In terms of milk volume, the relative position of dairy cooperatives to the rest of the industry, though still dominant, was a little bit less. The largest four dairy cooperatives had a two-point lower share of the nation’s total milk supply, moving down from 40.7% in 2007 to 38.7% in 2012. Broadening the focus to the largest eight and the largest 20 dairy cooperatives, both groups also saw slightly lower shares of the nation’s milk.


Co-op share of dairy products

Volumes of butter and nonfat and skim milk powders increased significantly from 2007 to 2012. Cooperative share of butter, at 1,396 million lbs. (a 28% increase over five years), was 75% of U.S. production, and co-op share of nonfat and skim milk powders, at 1,967 million lbs. (a 36% increase), was 91%.

Cooperatives more than doubled dry whole milk production and increased dry buttermilk by more than 80% in five years. They marketed 68% of the nation’s dry whole milk, up from 51% in 2007. Their share of dry buttermilk was 89%, increasing from 65% in 2007.

However, cheese made by cooperatives decreased by 5% from five years earlier, to 2,386 million lbs., which accounted for 22% (vs. 26% in 2007) of U.S. cheese production. American cheese made by cooperatives was down 11% from 2007, while U.S. production increased 12%, resulting in a lower cooperative share, 35% vs. 44% in 2007. During the same five years, cooperative Italian cheese marketing decreased by 1%, and cooperative share of U.S. total Italian cheese dipped two points, to 16%.

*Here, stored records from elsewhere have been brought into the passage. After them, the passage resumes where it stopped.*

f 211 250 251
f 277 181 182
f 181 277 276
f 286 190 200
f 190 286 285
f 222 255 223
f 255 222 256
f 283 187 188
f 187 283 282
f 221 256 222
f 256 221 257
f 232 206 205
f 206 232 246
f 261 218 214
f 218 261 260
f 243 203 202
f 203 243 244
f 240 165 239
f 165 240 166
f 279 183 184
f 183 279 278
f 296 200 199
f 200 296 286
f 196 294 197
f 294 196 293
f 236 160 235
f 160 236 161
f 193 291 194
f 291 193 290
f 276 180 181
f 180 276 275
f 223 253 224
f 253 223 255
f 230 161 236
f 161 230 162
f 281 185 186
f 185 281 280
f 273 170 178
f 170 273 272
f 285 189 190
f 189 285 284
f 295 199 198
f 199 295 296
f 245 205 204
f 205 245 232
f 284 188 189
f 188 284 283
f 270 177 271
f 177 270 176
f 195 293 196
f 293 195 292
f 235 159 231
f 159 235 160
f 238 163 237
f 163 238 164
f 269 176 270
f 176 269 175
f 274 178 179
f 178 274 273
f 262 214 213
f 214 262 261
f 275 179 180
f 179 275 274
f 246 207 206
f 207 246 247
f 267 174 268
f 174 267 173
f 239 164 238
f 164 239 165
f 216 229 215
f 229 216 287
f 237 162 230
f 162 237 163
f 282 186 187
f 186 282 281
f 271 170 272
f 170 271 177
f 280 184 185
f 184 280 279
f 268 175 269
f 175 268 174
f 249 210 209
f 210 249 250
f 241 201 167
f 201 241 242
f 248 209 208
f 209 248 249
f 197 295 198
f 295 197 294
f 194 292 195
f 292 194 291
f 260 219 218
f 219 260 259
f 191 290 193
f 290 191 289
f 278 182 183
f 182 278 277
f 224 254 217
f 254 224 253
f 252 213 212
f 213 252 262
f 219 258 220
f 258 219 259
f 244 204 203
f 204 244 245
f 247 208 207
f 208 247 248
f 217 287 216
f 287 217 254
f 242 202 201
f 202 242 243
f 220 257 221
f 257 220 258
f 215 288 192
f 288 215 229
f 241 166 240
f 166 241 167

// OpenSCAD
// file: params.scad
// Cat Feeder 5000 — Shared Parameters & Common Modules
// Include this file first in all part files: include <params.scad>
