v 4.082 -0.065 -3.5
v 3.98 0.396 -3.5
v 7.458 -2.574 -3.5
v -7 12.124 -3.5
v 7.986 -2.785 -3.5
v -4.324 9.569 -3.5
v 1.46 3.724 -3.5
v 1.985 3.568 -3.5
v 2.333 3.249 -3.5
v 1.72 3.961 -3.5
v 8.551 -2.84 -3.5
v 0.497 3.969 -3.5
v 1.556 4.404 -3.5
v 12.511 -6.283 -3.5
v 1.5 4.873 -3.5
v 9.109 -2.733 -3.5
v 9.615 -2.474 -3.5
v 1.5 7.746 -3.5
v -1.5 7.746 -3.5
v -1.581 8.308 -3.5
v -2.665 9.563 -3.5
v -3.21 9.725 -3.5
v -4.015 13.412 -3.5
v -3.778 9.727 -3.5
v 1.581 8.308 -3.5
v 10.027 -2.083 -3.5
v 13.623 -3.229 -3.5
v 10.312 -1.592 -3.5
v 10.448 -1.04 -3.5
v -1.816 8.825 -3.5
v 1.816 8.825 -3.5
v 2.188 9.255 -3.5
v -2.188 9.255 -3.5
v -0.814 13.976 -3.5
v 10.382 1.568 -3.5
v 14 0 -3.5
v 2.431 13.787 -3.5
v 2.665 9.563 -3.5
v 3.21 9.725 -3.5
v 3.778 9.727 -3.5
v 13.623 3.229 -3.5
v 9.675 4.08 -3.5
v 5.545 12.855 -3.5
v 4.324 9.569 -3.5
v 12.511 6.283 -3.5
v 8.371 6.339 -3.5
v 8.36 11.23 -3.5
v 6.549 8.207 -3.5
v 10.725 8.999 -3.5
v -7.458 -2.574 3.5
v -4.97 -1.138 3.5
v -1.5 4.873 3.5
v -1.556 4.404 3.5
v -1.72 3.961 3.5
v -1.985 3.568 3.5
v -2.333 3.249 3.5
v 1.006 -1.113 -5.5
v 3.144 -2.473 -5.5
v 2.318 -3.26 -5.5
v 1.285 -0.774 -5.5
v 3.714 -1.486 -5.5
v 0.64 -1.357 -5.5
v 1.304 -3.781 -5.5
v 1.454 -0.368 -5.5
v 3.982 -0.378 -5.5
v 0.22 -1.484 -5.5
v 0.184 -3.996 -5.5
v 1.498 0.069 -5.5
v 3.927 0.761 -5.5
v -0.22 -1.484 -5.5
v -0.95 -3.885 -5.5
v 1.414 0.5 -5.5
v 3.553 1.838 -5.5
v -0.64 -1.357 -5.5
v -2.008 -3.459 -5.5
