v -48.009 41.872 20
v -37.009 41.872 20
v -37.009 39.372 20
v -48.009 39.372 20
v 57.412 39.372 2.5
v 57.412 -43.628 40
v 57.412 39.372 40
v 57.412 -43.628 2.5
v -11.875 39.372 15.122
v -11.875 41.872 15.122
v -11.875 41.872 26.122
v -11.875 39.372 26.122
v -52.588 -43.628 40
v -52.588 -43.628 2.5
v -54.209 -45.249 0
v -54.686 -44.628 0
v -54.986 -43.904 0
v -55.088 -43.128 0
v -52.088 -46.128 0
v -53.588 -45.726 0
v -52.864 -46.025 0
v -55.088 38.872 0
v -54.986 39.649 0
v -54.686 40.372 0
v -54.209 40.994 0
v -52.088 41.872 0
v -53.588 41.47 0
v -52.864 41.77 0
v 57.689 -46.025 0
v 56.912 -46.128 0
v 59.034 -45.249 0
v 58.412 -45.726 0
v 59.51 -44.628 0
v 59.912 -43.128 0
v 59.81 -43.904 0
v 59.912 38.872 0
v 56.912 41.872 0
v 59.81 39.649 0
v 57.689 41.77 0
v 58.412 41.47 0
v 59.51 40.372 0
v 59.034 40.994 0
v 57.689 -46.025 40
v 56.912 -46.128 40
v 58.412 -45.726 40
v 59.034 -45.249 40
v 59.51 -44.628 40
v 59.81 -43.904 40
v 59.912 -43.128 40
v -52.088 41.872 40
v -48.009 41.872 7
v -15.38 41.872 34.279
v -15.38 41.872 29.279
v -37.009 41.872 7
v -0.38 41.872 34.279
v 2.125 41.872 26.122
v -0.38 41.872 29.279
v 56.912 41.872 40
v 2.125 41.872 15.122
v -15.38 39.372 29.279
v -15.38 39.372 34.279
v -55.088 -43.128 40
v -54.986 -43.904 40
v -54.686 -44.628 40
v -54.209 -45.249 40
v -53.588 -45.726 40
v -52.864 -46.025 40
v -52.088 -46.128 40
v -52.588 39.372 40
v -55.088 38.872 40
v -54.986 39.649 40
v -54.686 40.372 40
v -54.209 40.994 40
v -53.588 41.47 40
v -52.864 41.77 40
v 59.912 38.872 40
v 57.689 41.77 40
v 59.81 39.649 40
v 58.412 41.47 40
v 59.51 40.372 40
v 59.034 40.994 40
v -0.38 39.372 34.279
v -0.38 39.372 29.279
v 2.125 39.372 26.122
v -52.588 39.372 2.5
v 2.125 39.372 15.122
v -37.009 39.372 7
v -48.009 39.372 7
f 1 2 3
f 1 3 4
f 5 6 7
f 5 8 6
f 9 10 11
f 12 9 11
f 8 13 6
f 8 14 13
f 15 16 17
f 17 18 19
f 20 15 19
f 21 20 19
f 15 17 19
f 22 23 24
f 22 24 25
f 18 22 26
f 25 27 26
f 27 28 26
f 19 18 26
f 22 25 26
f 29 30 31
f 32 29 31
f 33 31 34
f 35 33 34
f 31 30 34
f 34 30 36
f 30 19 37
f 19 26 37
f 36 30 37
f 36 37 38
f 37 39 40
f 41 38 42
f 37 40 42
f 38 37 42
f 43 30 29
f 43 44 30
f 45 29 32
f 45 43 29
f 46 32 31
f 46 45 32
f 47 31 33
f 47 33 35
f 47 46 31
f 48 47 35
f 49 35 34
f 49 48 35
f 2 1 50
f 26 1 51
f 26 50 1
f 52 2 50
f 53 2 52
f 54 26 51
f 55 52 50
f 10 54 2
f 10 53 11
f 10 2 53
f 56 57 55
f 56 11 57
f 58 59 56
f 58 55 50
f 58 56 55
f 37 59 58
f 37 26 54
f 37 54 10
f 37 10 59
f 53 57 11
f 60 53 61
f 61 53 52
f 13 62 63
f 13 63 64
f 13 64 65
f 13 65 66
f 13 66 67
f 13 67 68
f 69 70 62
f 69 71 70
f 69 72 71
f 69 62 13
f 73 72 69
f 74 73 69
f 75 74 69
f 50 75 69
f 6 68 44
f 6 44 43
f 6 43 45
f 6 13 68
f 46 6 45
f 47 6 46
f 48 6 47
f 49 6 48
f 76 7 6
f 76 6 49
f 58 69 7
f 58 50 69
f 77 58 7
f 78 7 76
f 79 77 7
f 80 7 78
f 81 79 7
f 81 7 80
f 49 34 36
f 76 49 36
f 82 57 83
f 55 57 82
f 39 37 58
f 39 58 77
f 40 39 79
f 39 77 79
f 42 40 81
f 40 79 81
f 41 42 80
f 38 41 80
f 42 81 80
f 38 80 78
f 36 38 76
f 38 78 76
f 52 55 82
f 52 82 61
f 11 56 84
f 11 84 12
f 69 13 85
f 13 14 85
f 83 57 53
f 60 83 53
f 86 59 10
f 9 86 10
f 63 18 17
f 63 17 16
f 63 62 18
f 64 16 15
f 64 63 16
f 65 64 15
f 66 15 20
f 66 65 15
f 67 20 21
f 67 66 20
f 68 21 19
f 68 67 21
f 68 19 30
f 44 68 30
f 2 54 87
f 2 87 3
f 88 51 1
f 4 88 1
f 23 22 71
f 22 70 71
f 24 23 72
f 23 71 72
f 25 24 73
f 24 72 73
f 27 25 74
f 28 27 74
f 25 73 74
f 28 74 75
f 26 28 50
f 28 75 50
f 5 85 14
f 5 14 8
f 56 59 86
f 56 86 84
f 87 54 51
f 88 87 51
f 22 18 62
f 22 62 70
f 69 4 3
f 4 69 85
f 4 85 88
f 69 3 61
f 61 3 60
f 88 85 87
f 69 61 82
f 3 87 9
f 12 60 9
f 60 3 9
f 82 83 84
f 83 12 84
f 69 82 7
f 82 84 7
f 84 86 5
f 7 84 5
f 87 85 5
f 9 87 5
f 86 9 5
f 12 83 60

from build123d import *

# Parameters (mm, degrees)
F0_W     = 115
F0_H     = 88
F1_DEPTH = 40
F2_T     = -2.5
F3_W     = 15
F3_H     = 5
F3_W_2   = 14
F3_H_2   = 11
F3_W_3   = 11
F3_H_3   = 13
F4_DEPTH = 2.5
F5_R     = 3


with BuildPart() as f1:
    # F0 (on Top) → F1 (new body)
    with BuildSketch(Plane.XY):
        with Locations((2.412276, -2.127609)):
            Rectangle(F0_W, F0_H)
    extrude(amount=F1_DEPTH)

    # F2
    f2_openings = [f1.faces().sort_by_distance(p)[0] for p in [
        (2.412276, -2.127609, 40),
    ]]
    offset(amount=F2_T, openings=f2_openings)

    # F3 (on face) → F4 (cut)
    with BuildSketch(Plane(origin=(0, 41.872391, 0), x_dir=(-1, 0, 0), z_dir=(0, 1, 0))):
        with Locations((7.879983, 31.778646)):
            Rectangle(F3_W, F3_H)
        with Locations((4.874999, 20.622397)):
            Rectangle(F3_W_2, F3_H_2)
        with Locations((42.508882, 13.5)):
            Rectangle(F3_W_3, F3_H_3)
    extrude(amount=-F4_DEPTH, mode=Mode.SUBTRACT)

    # F5
    f5_edges = [f1.edges().sort_by_distance(p)[0] for p in [
        (59.912276, -46.127609, 20),
        (-55.087724, -46.127609, 20),
        (-55.087724, 41.872391, 20),
        (59.912276, 41.872391, 20),
    ]]
    fillet(f5_edges, radius=F5_R)


solid = f1.part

Cooperative production of dry whey products increased 10%, and their share of national production increased slightly from 42% to 43% in 2012.


Plant operations and employees

Dairy cooperatives owned and operated 184 plants, 13 of them for receiving and shipping milk only, 32 for manufacturing American cheese, 17 for making Italian cheese, 49 for packaging fluid milk products, 24 for churning butter, 35 for drying milk products and 24 for drying whey products. Many other plants made various other dairy products or dairy-related products. (A plant may perform more than one function.)

A total of 53 dairy cooperatives reported having 22,969 full-time and 804 part-time employees in 2012. These cooperatives marketed 121 billion lbs. of member milk, or 75% of cooperative milk.

Six other cooperatives had only part-time employees. Together, these bargaining cooperatives reported having 12 part-time employees. Twenty-one cooperatives reported having no employees (though some out-sourced work to other firms).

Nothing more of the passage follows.